All the diesel fuel nicely poured into an Eircom manhole that was conveniently placed. Next time an Eircom technician opens a junction box down in the village, he is going to be swept away in a flood of diesel.
Eventually, a convoy of tow trucks and buses arrived. It was an hour after we called them. They were out there all night cleaning up the mess.
We’re still waiting on the police.
You will be a long time waiting for the Police.
I’m surprised no one thought of gathering up as much Diesel as possible and dumping it into their heating oil tank.
Missed an opportunity there.
Oops.. I’m up in the North. That’s why there is Union Jack beside my name.
Normal service will be resumed at the weekend.
As I speak [type], I am syphoning the diesel through my telephone into a tank. I use kerosene for my heating, but our K8 has a diesel car.
You learned a lot about buses for sure. Then the best way to learn about anything is to dismantle it.
It wasn’t a Bombardier bus was it? That’d explain why it exploded.
Grandad,
“They removed all the Imp buses because they kept going on fire.”
Hmmmmm…… I know just the person to send over there with his Thunderbird fire extinguisher.
Maybe the diesel fuel that poured intothe Eircom manhole will add a spark to your internet connection!
Robert why did you not call in for a cuppa while on the whistlestop trip to the north.
Sneezy – I have enough pieces in my garden to make a new one. I’ll find out then if it was a Bombardier.
Nancy – For some very strange reason, three of them went on fire in this area. I swear I had nothing to do with it.
Grannymar – Fortunately, I don’t use Eircom. That’s why my Internet connection is so good. And leave Robert alone. You and your appetite for toy boys!!!!
Grandad – Grannymar is alright. I can handle myself I think! Although I’m spoken for 😐
Grannymar my whistlestop tour lasts another two days. I was in Belfast last night, working Newry at the moment, Downpatrick tomorrow then back to Newry tomorrow night and then back to Belfast and flying back to Cork Friday night.
I should make it back to my home town before closing time on Friday night 😉
I understood fuel for Dublin buses was a mixture of diesel and PPL, would that make it burn hotter?

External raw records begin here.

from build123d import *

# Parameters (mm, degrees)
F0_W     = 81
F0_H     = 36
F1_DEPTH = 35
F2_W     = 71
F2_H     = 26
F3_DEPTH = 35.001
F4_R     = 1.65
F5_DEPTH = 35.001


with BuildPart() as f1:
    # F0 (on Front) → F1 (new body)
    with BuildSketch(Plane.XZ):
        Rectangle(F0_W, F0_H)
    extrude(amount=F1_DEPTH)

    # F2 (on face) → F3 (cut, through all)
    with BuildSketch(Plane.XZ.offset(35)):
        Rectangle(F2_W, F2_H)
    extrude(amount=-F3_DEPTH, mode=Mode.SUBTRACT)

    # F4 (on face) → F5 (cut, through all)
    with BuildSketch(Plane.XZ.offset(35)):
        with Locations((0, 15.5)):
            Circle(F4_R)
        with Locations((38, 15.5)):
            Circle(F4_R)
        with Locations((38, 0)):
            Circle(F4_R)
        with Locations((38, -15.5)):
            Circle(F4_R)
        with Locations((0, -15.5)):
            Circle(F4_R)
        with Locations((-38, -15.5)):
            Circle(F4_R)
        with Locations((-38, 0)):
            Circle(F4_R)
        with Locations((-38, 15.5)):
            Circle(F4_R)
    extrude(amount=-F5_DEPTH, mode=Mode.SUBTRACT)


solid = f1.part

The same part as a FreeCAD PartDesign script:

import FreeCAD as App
import Part
import Sketcher

V = App.Vector

doc = App.newDocument("Part")
body = doc.addObject("PartDesign::Body", "Body")

sketch1 = body.newObject("Sketcher::SketchObject", "Sketch")
sketch1.AttachmentSupport = (doc.getObject("XZ_Plane"), [""])
sketch1.MapMode = "FlatFace"
sketch1.addGeometry([
    Part.LineSegment(V(-40.5, 18, 0), V(-40.5, -18, 0)),
    Part.LineSegment(V(-40.5, -18, 0), V(40.5, -18, 0)),
    Part.LineSegment(V(40.5, -18, 0), V(40.5, 18, 0)),
    Part.LineSegment(V(40.5, 18, 0), V(-40.5, 18, 0)),
], False)
sketch1.addConstraint([
    Sketcher.Constraint("Coincident", 0, 2, 1, 1),
    Sketcher.Constraint("Coincident", 1, 2, 2, 1),
    Sketcher.Constraint("Coincident", 2, 2, 3, 1),
    Sketcher.Constraint("Coincident", 3, 2, 0, 1),
    Sketcher.Constraint("Vertical", 0),
    Sketcher.Constraint("Horizontal", 1),
    Sketcher.Constraint("Vertical", 2),
    Sketcher.Constraint("Horizontal", 3),
    Sketcher.Constraint("Symmetric", 0, 2, 2, 2, -1, 1),
    Sketcher.Constraint("DistanceX", 1, 1, 1, 2, 81.0),
    Sketcher.Constraint("DistanceY", 0, 2, 0, 1, 36.0),
])
pad1 = body.newObject("PartDesign::Pad", "Pad")
pad1.Profile = sketch1
pad1.Length = 35

sketch2 = body.newObject("Sketcher::SketchObject", "Sketch001")
sketch2.AttachmentSupport = (doc.getObject("XZ_Plane"), [""])
sketch2.MapMode = "FlatFace"
sketch2.AttachmentOffset = App.Placement(V(0, 0, 35), App.Rotation())
sketch2.addGeometry([
    Part.LineSegment(V(-35.5, 13, 0), V(-35.5, -13, 0)),
    Part.LineSegment(V(-35.5, -13, 0), V(35.5, -13, 0)),
    Part.LineSegment(V(35.5, -13, 0), V(35.5, 13, 0)),
    Part.LineSegment(V(35.5, 13, 0), V(-35.5, 13, 0)),
], False)
sketch2.addConstraint([
    Sketcher.Constraint("Coincident", 0, 2, 1, 1),
    Sketcher.Constraint("Coincident", 1, 2, 2, 1),
    Sketcher.Constraint("Coincident", 2, 2, 3, 1),
    Sketcher.Constraint("Coincident", 3, 2, 0, 1),
    Sketcher.Constraint("Vertical", 0),
    Sketcher.Constraint("Horizontal", 1),
    Sketcher.Constraint("Vertical", 2),
    Sketcher.Constraint("Horizontal", 3),
    Sketcher.Constraint("Symmetric", 0, 2, 2, 2, -1, 1),
    Sketcher.Constraint("DistanceX", 1, 1, 1, 2, 71.0),
    Sketcher.Constraint("DistanceY", 0, 2, 0, 1, 26.0),
])
pocket1 = body.newObject("PartDesign::Pocket", "Pocket")
pocket1.Profile = sketch2
pocket1.Type = "ThroughAll"

sketch3 = body.newObject("Sketcher::SketchObject", "Sketch002")
sketch3.AttachmentSupport = (doc.getObject("XZ_Plane"), [""])
sketch3.MapMode = "FlatFace"
sketch3.AttachmentOffset = App.Placement(V(0, 0, 35), App.Rotation())
sketch3.addGeometry([
    Part.Circle(V(0, 15.5, 0), V(0, 0, 1), 1.65),
    Part.Circle(V(38, 15.5, 0), V(0, 0, 1), 1.65),
    Part.Circle(V(38, 0, 0), V(0, 0, 1), 1.65),
    Part.Circle(V(38, -15.5, 0), V(0, 0, 1), 1.65),
    Part.Circle(V(0, -15.5, 0), V(0, 0, 1), 1.65),
    Part.Circle(V(-38, -15.5, 0), V(0, 0, 1), 1.65),
    Part.Circle(V(-38, 0, 0), V(0, 0, 1), 1.65),
    Part.Circle(V(-38, 15.5, 0), V(0, 0, 1), 1.65),
], False)
sketch3.addConstraint([
    Sketcher.Constraint("Equal", 0, 1),
    Sketcher.Constraint("Equal", 1, 2),
    Sketcher.Constraint("Equal", 2, 3),
    Sketcher.Constraint("Equal", 3, 4),
    Sketcher.Constraint("Equal", 4, 5),
    Sketcher.Constraint("Equal", 5, 6),
    Sketcher.Constraint("Equal", 6, 7),
    Sketcher.Constraint("Symmetric", 0, 3, 4, 3, -1, 1),
    Sketcher.Constraint("Symmetric", 1, 3, 5, 3, -1, 1),
    Sketcher.Constraint("Symmetric", 2, 3, 6, 3, -1, 1),
    Sketcher.Constraint("Symmetric", 3, 3, 7, 3, -1, 1),
    Sketcher.Constraint("Symmetric", 3, 3, 5, 3, -2),
    Sketcher.Constraint("PointOnObject", 0, 3, -2),
    Sketcher.Constraint("PointOnObject", 2, 3, -1),
    Sketcher.Constraint("Horizontal", 0, 3, 1, 3),
    Sketcher.Constraint("Vertical", 1, 3, 2, 3),
    Sketcher.Constraint("Diameter", 0, 3.3),
    Sketcher.Constraint("DistanceX", -1, 1, 1, 3, 38.0),
    Sketcher.Constraint("DistanceY", 3, 3, 1, 3, 31.0),
])
pocket2 = body.newObject("PartDesign::Pocket", "Pocket001")
pocket2.Profile = sketch3
pocket2.Type = "ThroughAll"

doc.recompute()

When I lived in the country I had a central heating boiler that ran on 35 sec heating oil, rather than the 28 sec kerosene. Odd ones amongst the parishioners used to say that it was so I could run the car on the stuff. I hesitated to point out that it was because they were too mean to put in a more modern and efficient boiler. Anyway, the excise men used to put dye in the 35 sec stuff and would have sneaky checkpoints on back roads in Co Down where they would dip vehicle tanks.
Hold on Ian. PPL = People? Dublin Bus are mixing passengers with their fuel?
I suppose it makes sense. As long as they pay their fare before they are melted down.
Sorry, PPO! The stuff you cook your chips in.
Running buses on PPL would be very smelly. Mind you with all the passengers who travel free, using PPL might at least generate some return for Dublin Bus.
It’s amazing the result of a simple typo! You have just answered all their problems!!
Mind you, I did suggest before that Mary Harney could be melted down for bio-fuel.
Grandad – she bares a distinct resemblance to the back of a bus – maybe she’ll explode! 🙂
I love double-decker buses. Once caught one from London to Leeds and thought the thing was going to tip over. We don’t have them here except those open top things for tourists. (Easier to shoot at them without the roof on). My tractor runs on deisel, can you send some? Quite an eventful night alright!